* EXERCISE INSTRUCTIONS: Print nothing but the lines below starting at the line that holds "19.855224602), (-12.514881426, 19.556300901))" and ending at the line that holds "17.285725227), (-10.998933671, 17.816494816))", including both, each exactly as written.

[Extracted data entries]
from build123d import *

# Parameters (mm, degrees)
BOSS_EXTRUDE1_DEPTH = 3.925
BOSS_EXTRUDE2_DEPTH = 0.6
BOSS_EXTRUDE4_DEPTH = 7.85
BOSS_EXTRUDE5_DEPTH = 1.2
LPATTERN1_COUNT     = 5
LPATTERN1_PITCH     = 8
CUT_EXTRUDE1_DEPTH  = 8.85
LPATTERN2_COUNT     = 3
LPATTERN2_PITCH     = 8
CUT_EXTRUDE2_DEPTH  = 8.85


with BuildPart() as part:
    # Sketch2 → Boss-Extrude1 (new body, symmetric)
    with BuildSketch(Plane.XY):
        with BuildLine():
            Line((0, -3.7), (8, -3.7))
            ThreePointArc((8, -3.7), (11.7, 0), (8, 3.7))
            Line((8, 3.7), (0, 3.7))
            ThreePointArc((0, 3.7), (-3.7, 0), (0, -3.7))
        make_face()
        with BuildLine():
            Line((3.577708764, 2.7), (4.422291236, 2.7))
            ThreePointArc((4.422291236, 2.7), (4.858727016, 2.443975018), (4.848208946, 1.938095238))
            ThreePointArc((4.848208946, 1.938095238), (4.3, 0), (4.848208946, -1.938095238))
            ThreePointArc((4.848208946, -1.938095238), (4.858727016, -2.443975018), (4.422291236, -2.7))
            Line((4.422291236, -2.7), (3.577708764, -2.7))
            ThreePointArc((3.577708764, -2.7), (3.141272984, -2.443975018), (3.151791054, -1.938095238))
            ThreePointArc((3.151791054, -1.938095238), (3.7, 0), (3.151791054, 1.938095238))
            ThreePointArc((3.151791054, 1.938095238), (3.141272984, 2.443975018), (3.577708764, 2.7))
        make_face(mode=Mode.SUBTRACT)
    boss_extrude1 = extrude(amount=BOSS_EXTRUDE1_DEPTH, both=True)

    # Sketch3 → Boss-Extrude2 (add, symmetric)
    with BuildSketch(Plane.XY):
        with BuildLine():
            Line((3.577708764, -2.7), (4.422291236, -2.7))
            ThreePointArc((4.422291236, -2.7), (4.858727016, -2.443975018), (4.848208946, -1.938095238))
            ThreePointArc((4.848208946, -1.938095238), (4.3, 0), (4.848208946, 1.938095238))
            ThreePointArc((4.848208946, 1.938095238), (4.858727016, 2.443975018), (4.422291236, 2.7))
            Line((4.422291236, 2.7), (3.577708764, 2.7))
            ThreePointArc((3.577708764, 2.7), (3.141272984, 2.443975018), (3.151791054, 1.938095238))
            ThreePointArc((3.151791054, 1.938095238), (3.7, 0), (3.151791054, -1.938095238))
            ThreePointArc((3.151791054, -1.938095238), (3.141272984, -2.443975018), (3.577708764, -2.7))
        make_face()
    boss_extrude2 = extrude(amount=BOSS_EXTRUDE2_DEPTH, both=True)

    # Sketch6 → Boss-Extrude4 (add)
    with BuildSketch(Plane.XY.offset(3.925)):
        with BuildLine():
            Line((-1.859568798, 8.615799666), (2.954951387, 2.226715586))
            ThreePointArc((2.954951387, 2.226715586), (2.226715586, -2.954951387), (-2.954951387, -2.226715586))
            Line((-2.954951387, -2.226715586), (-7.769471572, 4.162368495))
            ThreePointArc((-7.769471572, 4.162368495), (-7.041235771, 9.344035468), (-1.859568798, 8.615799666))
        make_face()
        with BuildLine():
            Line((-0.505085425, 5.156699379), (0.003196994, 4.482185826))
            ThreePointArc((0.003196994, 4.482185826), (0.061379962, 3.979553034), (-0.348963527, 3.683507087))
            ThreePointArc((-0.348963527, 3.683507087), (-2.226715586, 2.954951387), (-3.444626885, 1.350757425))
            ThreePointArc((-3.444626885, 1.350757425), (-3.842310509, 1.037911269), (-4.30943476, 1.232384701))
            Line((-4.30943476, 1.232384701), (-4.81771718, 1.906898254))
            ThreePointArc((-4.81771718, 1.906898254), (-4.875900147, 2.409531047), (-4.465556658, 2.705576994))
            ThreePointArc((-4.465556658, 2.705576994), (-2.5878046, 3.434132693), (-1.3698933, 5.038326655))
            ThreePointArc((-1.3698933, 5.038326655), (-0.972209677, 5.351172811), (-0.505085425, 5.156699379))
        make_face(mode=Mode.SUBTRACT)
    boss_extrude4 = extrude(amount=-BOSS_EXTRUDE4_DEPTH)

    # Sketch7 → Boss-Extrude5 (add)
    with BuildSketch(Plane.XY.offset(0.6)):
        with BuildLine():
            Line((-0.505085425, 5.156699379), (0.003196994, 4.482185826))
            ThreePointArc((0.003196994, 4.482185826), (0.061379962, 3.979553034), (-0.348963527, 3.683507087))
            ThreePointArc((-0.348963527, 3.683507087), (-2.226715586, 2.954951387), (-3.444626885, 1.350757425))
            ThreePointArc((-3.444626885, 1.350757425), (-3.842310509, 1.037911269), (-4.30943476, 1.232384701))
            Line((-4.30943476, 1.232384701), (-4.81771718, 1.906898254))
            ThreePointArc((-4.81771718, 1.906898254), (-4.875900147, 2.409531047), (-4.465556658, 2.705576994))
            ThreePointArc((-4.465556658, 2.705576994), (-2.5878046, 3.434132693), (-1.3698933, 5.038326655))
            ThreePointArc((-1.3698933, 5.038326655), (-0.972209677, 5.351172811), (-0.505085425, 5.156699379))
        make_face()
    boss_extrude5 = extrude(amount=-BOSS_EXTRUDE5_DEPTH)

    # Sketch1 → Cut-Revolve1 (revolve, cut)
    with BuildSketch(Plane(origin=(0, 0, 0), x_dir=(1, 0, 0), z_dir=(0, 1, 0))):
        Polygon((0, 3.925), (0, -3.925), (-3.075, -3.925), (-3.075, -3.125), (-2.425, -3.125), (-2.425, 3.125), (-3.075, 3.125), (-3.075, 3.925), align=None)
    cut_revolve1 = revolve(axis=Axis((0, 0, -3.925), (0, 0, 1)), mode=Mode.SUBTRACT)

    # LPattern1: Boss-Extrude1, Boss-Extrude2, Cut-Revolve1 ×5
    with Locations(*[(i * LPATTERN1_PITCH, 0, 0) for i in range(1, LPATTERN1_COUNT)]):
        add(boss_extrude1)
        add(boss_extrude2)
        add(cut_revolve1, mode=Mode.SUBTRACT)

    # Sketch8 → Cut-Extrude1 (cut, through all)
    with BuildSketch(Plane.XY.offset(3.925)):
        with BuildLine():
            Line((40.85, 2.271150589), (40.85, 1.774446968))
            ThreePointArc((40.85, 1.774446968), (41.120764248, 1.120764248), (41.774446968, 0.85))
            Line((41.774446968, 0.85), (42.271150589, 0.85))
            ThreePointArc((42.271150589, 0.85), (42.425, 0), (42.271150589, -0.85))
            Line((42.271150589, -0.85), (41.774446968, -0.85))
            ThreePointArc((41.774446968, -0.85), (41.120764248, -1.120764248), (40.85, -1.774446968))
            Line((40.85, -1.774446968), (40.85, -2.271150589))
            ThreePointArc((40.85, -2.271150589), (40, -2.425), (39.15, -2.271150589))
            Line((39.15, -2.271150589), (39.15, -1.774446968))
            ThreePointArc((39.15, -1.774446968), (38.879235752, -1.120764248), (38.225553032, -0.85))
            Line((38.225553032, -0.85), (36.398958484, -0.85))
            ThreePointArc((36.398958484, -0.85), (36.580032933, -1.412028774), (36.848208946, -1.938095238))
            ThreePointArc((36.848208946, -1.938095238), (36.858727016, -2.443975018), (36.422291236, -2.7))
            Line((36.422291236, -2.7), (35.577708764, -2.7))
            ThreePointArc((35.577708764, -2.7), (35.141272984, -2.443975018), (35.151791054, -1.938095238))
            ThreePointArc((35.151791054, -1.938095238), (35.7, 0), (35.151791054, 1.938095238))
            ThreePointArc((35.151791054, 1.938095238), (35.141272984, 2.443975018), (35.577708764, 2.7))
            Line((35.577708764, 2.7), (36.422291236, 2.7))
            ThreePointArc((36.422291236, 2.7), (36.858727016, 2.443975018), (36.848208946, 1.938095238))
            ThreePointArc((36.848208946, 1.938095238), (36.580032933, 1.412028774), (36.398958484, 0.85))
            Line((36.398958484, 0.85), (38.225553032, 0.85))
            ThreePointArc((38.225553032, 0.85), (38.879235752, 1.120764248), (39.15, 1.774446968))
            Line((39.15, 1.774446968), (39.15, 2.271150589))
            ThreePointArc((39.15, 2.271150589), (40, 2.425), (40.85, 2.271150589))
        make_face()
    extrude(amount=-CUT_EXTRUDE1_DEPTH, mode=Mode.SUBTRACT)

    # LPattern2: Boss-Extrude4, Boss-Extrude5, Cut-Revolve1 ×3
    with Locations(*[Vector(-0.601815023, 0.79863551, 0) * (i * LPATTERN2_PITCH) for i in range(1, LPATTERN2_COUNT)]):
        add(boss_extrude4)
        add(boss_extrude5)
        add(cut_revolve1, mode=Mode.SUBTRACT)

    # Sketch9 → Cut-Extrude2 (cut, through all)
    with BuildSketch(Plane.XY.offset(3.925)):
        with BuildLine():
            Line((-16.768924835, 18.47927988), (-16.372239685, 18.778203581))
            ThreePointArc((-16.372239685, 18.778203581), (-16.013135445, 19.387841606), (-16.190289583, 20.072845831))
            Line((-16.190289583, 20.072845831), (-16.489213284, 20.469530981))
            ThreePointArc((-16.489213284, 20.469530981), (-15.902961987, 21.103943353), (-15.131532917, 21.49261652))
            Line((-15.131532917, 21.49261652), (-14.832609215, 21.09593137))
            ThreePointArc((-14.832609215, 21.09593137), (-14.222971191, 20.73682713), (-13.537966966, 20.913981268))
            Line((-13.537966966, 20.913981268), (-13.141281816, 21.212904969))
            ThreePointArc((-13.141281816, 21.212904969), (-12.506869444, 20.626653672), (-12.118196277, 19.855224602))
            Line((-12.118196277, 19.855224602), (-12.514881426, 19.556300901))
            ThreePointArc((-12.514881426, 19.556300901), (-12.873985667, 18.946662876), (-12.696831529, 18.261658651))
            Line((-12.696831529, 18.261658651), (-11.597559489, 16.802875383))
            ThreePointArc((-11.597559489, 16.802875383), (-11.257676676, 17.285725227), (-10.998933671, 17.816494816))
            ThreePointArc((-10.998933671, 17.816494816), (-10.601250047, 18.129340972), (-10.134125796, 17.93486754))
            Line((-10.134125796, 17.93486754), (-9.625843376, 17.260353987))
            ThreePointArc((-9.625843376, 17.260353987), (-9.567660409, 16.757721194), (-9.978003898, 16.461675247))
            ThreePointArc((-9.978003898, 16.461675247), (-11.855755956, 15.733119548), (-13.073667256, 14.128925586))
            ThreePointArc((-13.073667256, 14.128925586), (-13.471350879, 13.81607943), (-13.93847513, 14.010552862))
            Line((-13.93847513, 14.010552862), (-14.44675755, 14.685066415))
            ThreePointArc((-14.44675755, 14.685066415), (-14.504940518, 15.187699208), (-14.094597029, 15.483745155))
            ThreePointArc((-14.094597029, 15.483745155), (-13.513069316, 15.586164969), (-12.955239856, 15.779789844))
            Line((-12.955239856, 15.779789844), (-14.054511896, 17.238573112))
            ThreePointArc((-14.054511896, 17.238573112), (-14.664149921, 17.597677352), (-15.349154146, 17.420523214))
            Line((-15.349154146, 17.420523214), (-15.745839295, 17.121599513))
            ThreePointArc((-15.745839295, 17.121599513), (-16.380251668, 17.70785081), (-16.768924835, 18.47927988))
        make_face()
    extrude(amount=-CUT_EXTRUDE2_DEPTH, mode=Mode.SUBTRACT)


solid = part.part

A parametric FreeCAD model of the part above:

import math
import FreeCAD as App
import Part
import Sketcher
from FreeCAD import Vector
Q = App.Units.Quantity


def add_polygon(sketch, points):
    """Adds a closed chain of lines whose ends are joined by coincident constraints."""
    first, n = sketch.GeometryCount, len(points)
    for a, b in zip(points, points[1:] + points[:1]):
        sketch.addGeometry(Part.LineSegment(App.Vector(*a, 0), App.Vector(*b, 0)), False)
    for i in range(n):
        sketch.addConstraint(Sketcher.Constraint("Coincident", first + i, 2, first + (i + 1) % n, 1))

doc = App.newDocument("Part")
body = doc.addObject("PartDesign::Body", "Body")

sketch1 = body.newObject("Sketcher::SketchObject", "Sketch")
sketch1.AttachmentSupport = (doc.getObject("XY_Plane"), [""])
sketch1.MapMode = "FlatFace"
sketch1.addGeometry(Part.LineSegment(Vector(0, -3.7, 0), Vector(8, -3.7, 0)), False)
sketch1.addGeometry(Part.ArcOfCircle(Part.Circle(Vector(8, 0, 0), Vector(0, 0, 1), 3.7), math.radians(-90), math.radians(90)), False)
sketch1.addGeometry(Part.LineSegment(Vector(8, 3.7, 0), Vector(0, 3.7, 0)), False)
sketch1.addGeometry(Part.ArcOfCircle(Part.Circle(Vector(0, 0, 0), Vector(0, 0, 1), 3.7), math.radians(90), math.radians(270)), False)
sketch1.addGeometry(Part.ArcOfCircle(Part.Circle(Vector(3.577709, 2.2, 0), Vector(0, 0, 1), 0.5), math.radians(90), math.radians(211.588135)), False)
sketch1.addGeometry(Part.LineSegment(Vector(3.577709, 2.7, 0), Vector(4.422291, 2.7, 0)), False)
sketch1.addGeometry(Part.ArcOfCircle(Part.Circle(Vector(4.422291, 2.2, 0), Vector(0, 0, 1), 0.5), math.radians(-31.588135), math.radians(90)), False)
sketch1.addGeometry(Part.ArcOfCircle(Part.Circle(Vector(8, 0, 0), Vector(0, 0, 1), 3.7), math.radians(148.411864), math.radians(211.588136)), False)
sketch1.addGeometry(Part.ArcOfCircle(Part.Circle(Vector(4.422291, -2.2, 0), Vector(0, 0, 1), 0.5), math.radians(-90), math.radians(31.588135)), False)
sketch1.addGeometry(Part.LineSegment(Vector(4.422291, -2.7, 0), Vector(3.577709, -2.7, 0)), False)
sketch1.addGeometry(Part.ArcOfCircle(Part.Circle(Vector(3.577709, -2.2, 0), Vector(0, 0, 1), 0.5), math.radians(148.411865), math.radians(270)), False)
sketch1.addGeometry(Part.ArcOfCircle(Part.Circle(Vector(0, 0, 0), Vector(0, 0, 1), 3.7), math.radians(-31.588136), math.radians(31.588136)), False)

* EXERCISE ANSWER:
            Line((-12.118196277, 19.855224602), (-12.514881426, 19.556300901))
            ThreePointArc((-12.514881426, 19.556300901), (-12.873985667, 18.946662876), (-12.696831529, 18.261658651))
            Line((-12.696831529, 18.261658651), (-11.597559489, 16.802875383))
            ThreePointArc((-11.597559489, 16.802875383), (-11.257676676, 17.285725227), (-10.998933671, 17.816494816))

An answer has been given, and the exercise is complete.